== Work to be completed ==
Extract from the entries below, exactly as given, only the lines from the line containing "v 3.1 -1.819 46" to the line containing "v 8.195 -5.882 56", both lines included.

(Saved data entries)
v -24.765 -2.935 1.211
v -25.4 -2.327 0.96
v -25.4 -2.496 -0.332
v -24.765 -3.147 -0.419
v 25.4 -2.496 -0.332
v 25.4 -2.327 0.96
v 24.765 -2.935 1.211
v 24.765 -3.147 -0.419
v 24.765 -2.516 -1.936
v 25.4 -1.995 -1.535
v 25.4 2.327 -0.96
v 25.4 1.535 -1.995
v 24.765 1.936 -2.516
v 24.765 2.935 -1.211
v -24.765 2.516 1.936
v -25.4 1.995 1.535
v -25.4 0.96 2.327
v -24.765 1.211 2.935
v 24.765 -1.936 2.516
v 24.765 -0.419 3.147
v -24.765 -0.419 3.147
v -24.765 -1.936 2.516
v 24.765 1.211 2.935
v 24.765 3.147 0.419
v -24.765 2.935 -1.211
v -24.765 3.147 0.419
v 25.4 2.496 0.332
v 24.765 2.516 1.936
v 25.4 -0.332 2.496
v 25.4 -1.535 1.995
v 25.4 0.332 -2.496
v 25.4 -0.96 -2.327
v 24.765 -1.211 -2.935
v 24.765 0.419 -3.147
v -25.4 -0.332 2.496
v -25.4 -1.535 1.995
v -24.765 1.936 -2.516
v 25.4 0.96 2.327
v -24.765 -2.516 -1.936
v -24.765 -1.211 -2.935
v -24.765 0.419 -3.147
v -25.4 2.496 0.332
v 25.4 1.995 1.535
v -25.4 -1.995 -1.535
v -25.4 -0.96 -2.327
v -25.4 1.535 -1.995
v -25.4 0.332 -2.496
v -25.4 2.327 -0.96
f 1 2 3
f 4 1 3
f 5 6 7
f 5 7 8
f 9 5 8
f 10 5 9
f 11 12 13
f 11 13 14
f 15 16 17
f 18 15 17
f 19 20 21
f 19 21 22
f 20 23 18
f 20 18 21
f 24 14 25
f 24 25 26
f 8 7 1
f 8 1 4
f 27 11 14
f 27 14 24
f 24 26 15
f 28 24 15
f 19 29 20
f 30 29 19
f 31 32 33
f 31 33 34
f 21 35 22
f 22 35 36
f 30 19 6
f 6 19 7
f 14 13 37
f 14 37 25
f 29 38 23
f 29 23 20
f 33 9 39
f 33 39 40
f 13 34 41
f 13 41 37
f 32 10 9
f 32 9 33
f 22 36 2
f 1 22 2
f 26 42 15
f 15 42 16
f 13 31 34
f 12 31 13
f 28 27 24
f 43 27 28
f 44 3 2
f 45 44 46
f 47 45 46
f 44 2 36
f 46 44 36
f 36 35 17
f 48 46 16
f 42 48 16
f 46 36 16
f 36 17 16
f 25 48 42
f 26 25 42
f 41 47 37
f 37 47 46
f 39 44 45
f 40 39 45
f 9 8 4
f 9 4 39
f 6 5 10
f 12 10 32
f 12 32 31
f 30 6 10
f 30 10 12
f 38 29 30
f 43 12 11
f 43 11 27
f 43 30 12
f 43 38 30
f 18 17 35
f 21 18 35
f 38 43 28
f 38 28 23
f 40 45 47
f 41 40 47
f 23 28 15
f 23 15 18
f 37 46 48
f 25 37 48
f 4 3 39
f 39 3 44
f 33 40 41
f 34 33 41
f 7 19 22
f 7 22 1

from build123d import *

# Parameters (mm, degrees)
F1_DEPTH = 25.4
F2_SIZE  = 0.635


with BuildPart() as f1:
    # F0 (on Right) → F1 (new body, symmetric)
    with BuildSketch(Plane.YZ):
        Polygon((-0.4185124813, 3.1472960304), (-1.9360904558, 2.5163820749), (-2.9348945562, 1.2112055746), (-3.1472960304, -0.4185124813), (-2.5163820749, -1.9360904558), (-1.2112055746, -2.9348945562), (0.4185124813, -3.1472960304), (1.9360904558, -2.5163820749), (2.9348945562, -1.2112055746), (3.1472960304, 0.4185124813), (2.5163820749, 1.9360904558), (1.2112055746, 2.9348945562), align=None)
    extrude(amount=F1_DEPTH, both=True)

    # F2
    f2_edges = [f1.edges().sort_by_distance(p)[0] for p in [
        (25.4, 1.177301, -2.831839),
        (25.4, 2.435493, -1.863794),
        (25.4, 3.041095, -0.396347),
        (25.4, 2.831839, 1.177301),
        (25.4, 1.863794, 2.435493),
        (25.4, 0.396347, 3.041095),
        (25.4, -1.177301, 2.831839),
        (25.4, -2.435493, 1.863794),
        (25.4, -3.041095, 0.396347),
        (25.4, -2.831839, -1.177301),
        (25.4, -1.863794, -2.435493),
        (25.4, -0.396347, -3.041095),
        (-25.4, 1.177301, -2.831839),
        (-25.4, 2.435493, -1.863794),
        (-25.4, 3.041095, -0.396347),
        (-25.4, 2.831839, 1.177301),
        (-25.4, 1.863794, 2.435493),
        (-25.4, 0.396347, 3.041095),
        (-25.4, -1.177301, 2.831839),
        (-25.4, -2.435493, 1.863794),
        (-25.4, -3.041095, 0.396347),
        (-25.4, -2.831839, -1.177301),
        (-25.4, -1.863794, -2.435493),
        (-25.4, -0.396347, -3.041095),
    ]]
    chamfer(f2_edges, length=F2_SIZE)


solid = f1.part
--
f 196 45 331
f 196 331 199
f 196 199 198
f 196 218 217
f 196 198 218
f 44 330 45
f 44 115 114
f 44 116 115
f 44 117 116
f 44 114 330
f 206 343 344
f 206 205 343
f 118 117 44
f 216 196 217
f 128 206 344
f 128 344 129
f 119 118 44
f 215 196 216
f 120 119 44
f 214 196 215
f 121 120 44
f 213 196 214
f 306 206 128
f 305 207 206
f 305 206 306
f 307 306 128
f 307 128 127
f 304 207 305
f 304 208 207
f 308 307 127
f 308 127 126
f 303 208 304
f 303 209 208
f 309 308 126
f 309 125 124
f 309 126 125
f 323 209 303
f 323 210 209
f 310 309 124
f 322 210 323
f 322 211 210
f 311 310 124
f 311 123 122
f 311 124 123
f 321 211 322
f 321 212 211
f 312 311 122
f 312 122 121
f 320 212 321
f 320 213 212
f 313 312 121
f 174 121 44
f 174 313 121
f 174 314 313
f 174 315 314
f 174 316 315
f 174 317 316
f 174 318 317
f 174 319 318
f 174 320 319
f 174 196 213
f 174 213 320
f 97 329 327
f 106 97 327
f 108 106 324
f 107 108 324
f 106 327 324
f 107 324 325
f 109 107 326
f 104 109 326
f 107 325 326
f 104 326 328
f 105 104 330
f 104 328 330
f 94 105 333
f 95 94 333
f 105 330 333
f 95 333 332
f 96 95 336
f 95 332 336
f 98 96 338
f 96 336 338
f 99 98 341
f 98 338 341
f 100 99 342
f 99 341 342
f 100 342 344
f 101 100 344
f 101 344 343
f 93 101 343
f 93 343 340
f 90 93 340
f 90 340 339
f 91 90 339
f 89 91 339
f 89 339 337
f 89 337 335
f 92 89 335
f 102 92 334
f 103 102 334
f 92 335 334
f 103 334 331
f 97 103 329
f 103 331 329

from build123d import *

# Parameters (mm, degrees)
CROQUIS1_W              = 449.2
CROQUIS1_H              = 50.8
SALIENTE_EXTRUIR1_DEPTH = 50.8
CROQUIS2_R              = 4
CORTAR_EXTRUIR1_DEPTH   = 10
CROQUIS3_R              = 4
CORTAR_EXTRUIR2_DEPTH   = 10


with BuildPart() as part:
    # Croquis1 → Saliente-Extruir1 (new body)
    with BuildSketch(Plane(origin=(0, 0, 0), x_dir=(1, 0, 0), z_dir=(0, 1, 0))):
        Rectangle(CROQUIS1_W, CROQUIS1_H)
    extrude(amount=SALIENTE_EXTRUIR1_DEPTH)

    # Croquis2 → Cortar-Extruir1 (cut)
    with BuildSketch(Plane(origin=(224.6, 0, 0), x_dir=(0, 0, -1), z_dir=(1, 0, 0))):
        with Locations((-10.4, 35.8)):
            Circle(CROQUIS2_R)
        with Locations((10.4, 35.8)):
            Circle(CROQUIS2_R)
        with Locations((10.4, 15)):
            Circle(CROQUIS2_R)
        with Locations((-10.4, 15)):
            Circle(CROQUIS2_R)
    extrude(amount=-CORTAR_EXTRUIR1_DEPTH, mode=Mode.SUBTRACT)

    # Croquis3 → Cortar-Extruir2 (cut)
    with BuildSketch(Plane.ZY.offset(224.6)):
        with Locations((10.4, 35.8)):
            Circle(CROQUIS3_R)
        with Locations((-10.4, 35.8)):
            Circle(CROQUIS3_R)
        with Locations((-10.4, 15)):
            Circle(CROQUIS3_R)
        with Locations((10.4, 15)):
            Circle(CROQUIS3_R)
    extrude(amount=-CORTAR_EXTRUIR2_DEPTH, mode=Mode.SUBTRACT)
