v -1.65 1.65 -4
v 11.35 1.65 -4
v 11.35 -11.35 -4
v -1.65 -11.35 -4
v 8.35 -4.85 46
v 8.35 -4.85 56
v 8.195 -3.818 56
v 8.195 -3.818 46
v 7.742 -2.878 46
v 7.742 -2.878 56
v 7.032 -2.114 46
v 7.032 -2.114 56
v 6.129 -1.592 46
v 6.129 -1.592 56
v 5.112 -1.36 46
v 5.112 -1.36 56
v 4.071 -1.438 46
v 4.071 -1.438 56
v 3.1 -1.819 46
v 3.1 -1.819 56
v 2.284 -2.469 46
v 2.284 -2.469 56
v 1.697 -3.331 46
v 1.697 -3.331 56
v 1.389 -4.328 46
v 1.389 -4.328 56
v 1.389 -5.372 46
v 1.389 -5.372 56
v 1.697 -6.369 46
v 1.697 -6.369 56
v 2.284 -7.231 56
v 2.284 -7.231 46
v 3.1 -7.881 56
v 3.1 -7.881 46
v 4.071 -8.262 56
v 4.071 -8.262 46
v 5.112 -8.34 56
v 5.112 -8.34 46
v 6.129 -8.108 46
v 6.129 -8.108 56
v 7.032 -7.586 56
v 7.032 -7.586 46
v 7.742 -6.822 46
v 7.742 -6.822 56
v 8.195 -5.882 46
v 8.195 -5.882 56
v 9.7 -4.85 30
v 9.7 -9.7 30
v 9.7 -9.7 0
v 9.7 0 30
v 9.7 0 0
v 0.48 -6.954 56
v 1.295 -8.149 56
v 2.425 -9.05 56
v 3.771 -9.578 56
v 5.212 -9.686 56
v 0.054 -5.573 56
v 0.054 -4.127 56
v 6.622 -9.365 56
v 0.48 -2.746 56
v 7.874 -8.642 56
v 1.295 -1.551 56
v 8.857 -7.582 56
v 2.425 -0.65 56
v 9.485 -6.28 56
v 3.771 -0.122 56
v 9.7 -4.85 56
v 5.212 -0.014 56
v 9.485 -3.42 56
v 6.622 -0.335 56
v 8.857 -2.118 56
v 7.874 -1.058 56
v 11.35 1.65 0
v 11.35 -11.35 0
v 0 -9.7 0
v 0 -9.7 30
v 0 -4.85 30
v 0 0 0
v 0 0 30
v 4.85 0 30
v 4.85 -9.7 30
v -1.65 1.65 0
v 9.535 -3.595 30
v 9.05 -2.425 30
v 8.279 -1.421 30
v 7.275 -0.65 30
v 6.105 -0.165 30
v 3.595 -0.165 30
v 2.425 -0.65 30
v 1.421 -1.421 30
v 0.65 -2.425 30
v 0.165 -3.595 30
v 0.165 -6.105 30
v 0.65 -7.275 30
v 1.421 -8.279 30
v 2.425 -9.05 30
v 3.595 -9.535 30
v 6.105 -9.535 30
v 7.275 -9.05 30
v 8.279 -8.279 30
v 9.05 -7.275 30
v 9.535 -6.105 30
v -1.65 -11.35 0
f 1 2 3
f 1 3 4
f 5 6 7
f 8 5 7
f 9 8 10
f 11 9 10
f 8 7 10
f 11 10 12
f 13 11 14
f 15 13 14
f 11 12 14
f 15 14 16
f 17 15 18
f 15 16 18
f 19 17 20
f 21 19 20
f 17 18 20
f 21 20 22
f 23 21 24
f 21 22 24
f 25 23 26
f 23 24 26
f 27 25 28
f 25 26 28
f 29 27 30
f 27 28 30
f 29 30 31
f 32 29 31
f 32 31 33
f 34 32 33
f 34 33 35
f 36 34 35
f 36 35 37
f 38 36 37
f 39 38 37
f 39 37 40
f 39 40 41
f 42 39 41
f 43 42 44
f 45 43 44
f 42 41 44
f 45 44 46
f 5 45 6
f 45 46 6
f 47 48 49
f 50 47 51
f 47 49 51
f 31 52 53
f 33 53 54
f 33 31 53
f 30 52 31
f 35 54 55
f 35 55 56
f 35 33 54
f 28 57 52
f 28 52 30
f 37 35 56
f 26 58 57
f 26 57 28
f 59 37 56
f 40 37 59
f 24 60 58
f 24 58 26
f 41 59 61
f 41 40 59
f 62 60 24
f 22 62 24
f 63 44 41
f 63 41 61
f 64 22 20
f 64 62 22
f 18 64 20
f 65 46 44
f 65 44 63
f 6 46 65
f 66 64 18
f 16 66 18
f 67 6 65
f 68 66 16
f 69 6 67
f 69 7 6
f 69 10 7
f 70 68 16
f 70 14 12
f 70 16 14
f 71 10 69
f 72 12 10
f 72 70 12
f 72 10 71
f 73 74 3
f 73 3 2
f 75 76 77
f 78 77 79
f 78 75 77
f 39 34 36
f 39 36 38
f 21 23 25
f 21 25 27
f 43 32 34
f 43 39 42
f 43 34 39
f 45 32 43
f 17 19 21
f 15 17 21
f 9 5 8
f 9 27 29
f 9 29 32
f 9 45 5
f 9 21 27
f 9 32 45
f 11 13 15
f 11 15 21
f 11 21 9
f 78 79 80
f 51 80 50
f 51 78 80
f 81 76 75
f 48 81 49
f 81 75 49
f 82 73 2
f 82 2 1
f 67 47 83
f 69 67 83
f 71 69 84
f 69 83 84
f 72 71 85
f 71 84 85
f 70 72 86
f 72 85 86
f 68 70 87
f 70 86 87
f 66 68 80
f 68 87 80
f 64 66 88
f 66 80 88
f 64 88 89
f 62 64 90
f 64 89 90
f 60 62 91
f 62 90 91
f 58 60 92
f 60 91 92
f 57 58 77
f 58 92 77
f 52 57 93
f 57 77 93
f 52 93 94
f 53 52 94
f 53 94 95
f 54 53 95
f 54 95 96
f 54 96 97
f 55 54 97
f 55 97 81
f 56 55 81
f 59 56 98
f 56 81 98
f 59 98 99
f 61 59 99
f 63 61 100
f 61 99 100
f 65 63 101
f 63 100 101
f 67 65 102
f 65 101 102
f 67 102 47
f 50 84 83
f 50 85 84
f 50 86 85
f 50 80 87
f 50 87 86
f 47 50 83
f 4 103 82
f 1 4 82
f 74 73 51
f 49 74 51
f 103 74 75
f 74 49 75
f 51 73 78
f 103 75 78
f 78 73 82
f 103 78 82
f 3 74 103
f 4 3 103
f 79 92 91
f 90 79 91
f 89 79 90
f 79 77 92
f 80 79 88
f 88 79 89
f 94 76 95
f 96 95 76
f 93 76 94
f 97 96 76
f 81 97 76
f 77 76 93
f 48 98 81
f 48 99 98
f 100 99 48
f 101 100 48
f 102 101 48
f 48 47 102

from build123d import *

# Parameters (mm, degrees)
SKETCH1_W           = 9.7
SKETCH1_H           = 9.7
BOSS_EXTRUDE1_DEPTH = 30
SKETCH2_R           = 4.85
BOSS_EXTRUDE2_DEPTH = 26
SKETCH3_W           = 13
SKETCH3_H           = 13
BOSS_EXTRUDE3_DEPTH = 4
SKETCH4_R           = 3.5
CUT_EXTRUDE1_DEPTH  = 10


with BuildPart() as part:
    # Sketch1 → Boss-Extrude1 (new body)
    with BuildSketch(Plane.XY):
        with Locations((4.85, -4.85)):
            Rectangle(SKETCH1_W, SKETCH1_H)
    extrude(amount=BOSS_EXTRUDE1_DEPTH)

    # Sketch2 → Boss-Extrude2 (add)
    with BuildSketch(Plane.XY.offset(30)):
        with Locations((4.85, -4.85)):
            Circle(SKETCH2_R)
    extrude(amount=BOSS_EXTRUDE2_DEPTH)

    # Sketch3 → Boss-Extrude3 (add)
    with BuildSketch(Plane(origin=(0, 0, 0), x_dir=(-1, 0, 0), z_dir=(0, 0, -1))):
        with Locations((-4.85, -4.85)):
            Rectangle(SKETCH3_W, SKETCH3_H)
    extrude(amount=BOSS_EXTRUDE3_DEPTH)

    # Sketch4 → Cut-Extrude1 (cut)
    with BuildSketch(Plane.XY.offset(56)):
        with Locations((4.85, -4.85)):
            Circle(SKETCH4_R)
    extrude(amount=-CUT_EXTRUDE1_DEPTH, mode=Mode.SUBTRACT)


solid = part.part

== Response box ==
v 3.1 -1.819 46
v 3.1 -1.819 56
v 2.284 -2.469 46
v 2.284 -2.469 56
v 1.697 -3.331 46
v 1.697 -3.331 56
v 1.389 -4.328 46
v 1.389 -4.328 56
v 1.389 -5.372 46
v 1.389 -5.372 56
v 1.697 -6.369 46
v 1.697 -6.369 56
v 2.284 -7.231 56
v 2.284 -7.231 46
v 3.1 -7.881 56
v 3.1 -7.881 46
v 4.071 -8.262 56
v 4.071 -8.262 46
v 5.112 -8.34 56
v 5.112 -8.34 46
v 6.129 -8.108 46
v 6.129 -8.108 56
v 7.032 -7.586 56
v 7.032 -7.586 46
v 7.742 -6.822 46
v 7.742 -6.822 56
v 8.195 -5.882 46
v 8.195 -5.882 56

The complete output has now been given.